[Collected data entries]
● ● ● ●

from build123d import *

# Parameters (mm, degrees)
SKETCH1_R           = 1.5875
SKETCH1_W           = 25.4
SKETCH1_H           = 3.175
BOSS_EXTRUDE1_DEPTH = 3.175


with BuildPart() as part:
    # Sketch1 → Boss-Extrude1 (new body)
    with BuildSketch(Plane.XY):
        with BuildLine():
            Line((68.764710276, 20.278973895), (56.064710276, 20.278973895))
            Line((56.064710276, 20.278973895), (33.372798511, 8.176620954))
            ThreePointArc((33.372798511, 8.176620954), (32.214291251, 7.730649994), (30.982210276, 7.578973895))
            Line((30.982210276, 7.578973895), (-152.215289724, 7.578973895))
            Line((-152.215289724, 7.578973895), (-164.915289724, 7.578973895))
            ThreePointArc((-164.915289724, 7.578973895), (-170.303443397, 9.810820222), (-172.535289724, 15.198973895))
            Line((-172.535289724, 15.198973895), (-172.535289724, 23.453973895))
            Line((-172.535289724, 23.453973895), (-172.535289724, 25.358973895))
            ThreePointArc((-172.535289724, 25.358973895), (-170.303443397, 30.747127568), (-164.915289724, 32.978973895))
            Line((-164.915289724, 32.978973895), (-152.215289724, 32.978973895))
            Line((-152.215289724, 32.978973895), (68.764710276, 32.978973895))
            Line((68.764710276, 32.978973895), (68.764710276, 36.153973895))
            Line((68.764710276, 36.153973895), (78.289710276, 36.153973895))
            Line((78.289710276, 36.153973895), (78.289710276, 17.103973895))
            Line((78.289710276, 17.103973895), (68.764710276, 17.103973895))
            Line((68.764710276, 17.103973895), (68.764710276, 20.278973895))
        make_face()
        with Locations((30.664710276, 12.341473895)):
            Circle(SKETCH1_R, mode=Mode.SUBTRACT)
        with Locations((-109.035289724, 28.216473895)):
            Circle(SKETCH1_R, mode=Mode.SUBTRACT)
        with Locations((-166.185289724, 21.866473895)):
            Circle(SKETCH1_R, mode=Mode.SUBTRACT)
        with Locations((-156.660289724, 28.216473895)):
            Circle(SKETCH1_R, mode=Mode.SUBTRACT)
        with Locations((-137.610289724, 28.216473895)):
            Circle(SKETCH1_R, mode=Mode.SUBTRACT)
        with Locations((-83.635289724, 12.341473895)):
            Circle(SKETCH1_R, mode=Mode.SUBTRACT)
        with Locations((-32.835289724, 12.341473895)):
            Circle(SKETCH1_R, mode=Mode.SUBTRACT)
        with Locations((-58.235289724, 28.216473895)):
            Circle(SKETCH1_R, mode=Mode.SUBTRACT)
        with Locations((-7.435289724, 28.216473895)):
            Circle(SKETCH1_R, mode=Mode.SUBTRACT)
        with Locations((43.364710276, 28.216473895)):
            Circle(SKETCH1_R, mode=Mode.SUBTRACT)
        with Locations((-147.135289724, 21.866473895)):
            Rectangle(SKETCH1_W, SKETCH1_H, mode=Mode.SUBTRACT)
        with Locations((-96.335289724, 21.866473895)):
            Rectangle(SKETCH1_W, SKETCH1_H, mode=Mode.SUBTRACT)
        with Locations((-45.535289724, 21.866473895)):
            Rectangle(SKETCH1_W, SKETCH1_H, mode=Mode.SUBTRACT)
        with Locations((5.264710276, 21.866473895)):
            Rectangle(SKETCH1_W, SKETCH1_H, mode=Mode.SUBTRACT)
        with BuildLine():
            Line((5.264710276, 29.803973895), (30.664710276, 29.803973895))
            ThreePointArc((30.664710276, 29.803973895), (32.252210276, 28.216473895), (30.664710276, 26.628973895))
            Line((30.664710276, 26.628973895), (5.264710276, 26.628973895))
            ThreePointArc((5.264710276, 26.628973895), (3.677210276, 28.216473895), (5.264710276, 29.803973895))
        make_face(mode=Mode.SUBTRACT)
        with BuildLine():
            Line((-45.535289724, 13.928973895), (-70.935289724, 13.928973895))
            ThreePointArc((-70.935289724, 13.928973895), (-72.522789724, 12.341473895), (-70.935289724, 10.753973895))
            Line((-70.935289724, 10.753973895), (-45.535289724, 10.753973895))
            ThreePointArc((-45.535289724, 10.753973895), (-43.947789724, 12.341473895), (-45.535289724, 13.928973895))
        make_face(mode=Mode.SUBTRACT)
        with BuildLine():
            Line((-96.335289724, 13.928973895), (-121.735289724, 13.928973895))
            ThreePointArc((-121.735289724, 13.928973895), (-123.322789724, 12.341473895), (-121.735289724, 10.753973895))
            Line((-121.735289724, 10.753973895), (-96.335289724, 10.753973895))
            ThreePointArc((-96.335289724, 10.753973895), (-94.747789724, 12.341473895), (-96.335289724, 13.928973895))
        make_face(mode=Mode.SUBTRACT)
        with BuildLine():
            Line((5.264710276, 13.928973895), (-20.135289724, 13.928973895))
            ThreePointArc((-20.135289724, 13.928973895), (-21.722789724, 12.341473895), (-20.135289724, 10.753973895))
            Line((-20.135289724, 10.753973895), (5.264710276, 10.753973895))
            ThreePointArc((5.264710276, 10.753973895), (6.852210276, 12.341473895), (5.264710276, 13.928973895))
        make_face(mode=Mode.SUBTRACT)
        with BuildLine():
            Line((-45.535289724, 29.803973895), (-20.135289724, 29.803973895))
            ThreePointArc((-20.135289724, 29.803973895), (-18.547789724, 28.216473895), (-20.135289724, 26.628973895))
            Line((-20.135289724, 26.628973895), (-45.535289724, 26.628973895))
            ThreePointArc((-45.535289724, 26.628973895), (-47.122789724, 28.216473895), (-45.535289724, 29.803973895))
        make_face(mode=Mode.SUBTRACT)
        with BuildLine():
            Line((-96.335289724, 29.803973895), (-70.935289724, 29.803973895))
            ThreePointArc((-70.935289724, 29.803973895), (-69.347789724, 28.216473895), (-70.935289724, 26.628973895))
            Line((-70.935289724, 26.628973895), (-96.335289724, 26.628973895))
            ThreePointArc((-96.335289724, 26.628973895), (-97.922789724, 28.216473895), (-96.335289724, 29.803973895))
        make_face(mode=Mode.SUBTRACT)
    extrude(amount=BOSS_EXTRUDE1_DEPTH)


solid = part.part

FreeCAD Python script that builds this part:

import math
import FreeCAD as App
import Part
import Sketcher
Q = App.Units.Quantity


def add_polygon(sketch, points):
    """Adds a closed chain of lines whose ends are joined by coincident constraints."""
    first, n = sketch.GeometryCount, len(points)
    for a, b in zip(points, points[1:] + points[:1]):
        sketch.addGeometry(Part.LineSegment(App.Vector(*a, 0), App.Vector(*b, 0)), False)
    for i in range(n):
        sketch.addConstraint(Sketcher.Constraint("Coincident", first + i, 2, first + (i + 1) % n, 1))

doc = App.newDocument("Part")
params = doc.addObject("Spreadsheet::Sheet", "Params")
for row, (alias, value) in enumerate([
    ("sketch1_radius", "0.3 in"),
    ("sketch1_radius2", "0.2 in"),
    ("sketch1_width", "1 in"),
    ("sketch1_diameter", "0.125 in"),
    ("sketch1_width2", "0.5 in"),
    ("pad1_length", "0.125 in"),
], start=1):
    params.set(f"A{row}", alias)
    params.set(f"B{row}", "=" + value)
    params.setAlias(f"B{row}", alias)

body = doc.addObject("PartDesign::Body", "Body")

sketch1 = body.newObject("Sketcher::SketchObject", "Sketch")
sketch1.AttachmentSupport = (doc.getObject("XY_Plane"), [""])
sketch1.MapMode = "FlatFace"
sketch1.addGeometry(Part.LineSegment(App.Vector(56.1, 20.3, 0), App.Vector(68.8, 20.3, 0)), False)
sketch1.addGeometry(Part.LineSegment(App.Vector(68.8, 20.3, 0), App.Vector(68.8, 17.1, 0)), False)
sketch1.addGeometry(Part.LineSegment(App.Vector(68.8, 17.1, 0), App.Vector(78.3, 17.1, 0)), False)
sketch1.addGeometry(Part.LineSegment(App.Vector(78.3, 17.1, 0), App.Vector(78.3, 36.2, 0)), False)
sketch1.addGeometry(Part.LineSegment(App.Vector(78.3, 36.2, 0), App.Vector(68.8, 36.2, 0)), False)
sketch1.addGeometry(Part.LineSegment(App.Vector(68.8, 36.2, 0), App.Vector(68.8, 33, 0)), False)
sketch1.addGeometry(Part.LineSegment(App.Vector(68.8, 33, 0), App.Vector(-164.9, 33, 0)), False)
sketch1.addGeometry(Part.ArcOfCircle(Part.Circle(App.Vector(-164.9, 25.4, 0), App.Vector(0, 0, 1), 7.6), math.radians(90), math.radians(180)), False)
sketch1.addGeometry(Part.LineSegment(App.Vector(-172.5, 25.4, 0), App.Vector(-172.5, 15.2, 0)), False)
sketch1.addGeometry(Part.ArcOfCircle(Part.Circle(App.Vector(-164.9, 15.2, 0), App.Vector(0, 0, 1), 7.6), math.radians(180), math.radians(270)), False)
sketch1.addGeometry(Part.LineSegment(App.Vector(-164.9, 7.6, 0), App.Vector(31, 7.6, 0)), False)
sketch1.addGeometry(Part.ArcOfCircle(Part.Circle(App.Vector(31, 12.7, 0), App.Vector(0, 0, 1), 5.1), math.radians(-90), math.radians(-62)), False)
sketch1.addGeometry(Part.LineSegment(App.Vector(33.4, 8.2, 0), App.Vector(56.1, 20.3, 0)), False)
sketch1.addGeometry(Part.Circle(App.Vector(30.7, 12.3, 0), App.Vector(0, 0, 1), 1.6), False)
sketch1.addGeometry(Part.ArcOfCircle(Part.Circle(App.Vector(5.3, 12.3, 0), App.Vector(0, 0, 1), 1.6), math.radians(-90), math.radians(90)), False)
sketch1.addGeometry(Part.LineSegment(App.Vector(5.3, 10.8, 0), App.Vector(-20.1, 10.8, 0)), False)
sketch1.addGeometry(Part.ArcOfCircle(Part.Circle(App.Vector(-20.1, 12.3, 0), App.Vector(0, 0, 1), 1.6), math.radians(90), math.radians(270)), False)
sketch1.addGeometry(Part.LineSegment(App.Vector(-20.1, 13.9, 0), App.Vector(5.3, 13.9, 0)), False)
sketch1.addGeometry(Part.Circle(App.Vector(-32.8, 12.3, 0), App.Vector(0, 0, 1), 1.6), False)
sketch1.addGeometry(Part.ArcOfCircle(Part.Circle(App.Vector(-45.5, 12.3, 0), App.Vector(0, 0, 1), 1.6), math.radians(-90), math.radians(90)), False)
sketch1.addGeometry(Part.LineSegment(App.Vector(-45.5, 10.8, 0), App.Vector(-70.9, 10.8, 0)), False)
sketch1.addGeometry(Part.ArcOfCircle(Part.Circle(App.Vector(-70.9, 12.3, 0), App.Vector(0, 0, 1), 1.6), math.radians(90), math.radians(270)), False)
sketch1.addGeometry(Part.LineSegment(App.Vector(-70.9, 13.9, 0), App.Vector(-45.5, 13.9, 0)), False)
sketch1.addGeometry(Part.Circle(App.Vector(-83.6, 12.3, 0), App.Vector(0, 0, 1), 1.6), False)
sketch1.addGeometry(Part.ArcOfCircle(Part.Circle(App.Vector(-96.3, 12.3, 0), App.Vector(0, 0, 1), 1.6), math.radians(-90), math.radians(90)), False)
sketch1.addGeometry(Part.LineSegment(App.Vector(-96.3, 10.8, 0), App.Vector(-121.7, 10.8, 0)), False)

● ● ● ●

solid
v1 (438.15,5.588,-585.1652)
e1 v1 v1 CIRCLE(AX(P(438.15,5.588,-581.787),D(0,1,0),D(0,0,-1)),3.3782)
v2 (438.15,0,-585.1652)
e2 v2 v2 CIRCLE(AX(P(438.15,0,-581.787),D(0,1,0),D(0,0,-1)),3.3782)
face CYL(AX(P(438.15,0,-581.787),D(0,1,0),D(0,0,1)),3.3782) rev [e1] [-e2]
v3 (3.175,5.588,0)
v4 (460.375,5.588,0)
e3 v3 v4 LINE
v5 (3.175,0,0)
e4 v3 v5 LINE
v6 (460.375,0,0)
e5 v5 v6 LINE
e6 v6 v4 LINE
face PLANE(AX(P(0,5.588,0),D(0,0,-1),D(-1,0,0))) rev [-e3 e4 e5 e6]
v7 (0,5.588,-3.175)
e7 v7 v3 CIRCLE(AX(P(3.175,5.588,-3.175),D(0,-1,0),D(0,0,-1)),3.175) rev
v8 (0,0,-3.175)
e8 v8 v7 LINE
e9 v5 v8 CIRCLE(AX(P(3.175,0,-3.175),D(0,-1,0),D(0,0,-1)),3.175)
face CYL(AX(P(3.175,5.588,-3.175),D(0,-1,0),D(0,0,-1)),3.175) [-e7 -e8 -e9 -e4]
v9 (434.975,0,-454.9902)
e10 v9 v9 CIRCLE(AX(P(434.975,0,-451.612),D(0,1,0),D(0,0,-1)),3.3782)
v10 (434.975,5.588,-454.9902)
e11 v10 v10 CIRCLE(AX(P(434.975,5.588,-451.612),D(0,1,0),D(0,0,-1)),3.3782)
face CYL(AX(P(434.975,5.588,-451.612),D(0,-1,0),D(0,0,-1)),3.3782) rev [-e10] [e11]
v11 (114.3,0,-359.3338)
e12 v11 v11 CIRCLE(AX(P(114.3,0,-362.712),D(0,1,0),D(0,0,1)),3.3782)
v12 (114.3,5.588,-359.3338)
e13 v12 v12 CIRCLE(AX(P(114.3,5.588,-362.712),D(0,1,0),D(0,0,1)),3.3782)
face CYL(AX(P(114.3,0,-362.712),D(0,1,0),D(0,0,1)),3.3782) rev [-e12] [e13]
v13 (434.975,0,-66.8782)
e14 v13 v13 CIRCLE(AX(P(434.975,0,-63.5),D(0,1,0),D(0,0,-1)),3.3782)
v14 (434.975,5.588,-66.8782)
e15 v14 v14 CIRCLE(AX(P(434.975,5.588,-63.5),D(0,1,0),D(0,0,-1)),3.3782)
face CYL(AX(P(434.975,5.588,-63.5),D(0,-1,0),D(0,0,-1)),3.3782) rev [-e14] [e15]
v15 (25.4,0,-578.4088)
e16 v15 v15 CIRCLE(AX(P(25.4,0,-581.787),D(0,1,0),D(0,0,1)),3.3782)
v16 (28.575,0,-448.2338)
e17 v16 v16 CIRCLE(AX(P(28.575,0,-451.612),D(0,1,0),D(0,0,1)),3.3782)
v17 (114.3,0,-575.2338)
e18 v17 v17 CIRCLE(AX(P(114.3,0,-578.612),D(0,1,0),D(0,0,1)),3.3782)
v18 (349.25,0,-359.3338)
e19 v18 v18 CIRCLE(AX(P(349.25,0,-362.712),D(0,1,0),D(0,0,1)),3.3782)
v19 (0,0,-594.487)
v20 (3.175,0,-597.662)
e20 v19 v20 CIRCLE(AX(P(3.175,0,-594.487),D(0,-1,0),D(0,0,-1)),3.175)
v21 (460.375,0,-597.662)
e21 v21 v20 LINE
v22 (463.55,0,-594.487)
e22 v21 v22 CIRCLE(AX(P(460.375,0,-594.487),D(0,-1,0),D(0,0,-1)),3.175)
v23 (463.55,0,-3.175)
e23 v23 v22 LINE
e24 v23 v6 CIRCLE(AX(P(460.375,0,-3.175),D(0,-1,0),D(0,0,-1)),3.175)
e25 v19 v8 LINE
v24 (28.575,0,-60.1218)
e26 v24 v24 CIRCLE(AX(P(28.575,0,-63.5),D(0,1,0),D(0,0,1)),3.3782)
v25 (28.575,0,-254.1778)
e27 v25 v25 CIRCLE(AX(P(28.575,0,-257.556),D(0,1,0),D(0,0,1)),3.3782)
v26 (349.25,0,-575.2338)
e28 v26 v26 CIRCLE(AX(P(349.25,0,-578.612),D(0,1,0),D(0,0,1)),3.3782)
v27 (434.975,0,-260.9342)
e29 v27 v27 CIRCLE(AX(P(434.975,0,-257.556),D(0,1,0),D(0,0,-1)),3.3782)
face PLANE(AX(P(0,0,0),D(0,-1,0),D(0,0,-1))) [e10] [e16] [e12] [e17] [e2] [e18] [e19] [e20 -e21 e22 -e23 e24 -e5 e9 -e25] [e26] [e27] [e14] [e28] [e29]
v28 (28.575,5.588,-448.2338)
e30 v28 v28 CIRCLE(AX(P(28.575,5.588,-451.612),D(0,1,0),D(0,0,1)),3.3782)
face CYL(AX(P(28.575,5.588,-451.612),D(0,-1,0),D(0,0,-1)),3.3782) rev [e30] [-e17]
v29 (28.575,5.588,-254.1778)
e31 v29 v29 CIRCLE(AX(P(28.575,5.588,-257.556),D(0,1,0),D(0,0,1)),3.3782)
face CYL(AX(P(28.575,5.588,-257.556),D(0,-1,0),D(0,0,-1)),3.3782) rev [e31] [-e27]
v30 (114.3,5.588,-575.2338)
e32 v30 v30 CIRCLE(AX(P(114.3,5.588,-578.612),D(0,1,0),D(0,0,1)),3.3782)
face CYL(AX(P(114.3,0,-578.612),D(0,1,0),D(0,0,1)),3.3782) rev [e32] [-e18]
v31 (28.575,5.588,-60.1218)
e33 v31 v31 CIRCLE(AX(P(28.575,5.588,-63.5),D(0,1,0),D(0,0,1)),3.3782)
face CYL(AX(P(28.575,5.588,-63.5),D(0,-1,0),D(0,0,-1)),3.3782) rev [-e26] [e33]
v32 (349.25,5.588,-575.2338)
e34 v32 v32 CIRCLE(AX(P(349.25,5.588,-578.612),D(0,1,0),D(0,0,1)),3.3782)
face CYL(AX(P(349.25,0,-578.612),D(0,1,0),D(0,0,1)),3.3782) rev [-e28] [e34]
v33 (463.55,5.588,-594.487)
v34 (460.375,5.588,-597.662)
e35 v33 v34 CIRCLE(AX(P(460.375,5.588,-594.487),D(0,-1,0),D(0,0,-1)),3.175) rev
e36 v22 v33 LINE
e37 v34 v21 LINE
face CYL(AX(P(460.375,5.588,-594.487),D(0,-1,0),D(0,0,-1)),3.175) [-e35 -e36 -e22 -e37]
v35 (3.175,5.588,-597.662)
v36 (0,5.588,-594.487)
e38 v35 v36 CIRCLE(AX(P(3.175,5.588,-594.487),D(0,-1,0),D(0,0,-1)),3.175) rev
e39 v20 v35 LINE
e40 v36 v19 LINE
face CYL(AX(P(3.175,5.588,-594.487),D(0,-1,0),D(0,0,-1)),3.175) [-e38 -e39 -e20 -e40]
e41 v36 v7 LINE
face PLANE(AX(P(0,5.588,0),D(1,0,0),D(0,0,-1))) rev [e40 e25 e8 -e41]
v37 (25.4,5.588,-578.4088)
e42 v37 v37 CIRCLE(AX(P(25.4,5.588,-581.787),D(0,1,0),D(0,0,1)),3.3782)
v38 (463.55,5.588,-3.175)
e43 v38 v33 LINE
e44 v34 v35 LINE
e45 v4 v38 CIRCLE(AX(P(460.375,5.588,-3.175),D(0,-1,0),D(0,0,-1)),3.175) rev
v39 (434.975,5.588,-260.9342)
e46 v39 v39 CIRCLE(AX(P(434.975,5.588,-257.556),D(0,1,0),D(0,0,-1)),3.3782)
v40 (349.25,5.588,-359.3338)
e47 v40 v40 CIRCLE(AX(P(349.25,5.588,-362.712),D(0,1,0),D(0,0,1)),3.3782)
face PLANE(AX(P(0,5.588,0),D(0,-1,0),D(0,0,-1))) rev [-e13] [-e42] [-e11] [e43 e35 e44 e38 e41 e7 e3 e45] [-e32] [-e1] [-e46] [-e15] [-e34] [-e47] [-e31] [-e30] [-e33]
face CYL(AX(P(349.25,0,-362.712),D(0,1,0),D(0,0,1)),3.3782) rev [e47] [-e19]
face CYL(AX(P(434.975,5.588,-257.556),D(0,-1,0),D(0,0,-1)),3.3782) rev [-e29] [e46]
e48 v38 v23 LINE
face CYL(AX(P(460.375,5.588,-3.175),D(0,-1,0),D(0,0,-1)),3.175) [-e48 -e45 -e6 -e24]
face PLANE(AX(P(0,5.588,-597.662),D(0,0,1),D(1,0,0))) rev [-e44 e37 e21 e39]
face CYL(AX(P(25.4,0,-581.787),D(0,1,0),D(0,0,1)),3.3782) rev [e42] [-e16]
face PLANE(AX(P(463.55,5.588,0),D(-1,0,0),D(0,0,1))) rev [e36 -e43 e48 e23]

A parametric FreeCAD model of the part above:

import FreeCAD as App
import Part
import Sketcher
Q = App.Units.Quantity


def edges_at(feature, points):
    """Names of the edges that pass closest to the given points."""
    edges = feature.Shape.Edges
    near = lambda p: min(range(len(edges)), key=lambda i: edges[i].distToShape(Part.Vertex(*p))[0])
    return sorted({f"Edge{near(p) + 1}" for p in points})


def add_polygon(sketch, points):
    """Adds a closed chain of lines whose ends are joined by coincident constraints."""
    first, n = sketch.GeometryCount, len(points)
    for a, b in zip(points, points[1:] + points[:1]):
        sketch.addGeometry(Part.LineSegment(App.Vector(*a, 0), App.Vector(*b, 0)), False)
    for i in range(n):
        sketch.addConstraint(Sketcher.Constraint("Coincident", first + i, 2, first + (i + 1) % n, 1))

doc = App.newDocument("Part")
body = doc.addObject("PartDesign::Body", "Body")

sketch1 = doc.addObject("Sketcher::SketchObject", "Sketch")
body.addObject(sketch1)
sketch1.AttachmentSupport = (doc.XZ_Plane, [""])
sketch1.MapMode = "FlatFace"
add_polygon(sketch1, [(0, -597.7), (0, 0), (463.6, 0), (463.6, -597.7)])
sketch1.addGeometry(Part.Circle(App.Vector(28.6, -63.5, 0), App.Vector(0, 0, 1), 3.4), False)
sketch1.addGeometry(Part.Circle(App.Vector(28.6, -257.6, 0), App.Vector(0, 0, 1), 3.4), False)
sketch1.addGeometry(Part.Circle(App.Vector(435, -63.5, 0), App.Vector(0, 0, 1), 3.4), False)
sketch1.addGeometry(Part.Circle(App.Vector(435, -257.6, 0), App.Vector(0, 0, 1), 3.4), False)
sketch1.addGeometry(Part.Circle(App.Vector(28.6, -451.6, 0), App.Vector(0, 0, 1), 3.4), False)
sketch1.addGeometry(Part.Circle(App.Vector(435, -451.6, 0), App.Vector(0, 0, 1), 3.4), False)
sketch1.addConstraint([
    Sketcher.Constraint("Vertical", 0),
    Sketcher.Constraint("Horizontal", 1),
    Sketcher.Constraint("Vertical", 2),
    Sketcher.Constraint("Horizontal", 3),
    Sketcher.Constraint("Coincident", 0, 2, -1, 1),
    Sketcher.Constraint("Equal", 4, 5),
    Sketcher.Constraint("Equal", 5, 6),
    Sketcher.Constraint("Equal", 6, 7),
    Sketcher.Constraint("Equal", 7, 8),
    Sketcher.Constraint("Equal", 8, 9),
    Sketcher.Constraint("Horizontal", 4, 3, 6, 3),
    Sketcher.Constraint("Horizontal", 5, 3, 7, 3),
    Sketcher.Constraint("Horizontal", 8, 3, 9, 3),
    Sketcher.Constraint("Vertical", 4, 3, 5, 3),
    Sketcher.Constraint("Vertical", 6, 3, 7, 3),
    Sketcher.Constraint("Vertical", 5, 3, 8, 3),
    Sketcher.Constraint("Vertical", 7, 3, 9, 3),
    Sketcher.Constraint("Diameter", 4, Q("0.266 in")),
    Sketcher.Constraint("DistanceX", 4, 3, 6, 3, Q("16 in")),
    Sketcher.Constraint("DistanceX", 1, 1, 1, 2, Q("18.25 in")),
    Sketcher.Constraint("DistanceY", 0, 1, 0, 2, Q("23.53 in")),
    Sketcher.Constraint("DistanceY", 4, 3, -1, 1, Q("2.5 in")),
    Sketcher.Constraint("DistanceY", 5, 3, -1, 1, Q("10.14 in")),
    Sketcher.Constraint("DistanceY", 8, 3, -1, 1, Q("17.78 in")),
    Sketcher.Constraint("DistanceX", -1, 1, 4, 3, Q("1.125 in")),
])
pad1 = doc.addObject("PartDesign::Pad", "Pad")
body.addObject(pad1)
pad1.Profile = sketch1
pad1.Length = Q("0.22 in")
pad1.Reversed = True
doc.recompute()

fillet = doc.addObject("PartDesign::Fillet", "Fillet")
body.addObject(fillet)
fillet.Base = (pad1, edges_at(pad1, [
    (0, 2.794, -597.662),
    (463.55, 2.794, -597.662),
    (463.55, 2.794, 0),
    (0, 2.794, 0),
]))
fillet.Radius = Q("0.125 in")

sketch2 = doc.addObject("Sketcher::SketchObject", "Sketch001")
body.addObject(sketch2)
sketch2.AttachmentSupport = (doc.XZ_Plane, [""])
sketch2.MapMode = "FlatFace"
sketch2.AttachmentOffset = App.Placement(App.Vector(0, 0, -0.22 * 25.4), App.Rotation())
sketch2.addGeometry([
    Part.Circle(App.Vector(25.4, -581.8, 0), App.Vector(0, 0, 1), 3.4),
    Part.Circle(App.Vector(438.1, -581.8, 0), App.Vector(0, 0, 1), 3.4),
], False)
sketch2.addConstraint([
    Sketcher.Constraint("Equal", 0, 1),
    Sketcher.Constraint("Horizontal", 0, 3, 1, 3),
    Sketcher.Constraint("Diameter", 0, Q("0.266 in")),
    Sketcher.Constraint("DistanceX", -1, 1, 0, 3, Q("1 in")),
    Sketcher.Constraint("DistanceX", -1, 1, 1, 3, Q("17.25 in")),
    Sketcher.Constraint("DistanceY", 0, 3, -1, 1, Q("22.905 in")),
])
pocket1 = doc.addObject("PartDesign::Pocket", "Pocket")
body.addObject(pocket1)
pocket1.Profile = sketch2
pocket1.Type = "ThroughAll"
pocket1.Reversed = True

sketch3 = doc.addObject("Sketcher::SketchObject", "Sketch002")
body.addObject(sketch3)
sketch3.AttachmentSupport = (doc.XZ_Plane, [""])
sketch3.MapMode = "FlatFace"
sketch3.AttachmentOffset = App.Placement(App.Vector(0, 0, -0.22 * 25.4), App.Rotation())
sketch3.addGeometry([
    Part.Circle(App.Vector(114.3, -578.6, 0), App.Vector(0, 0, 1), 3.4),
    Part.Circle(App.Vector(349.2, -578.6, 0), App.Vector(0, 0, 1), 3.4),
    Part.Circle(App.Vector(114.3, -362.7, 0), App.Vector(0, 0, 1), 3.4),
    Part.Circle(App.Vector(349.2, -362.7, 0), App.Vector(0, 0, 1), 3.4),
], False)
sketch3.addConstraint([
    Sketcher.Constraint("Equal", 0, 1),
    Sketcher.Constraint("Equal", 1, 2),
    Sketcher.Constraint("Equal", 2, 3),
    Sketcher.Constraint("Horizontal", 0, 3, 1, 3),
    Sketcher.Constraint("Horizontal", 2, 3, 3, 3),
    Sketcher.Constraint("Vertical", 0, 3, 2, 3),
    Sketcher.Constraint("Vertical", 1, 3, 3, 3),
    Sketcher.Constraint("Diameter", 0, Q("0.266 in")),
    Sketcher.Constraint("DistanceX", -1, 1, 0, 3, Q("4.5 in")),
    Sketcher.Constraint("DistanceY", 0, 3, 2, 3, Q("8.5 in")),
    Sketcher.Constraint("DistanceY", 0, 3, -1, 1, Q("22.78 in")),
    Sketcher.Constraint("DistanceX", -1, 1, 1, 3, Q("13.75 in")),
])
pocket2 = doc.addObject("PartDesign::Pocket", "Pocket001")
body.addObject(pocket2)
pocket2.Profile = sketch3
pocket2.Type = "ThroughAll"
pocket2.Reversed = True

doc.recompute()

● ● ● ●

### [WHAT TO WORK ON]
Using the data above, repeat exactly the lines that begin at the line with "from build123d import *" and end at the line with "Line((68.764710276, 20.278973895), (56.064710276, 20.278973895))", both ends included.

### [TASK ANSWER]
from build123d import *

# Parameters (mm, degrees)
SKETCH1_R           = 1.5875
SKETCH1_W           = 25.4
SKETCH1_H           = 3.175
BOSS_EXTRUDE1_DEPTH = 3.175


with BuildPart() as part:
    # Sketch1 → Boss-Extrude1 (new body)
    with BuildSketch(Plane.XY):
        with BuildLine():
            Line((68.764710276, 20.278973895), (56.064710276, 20.278973895))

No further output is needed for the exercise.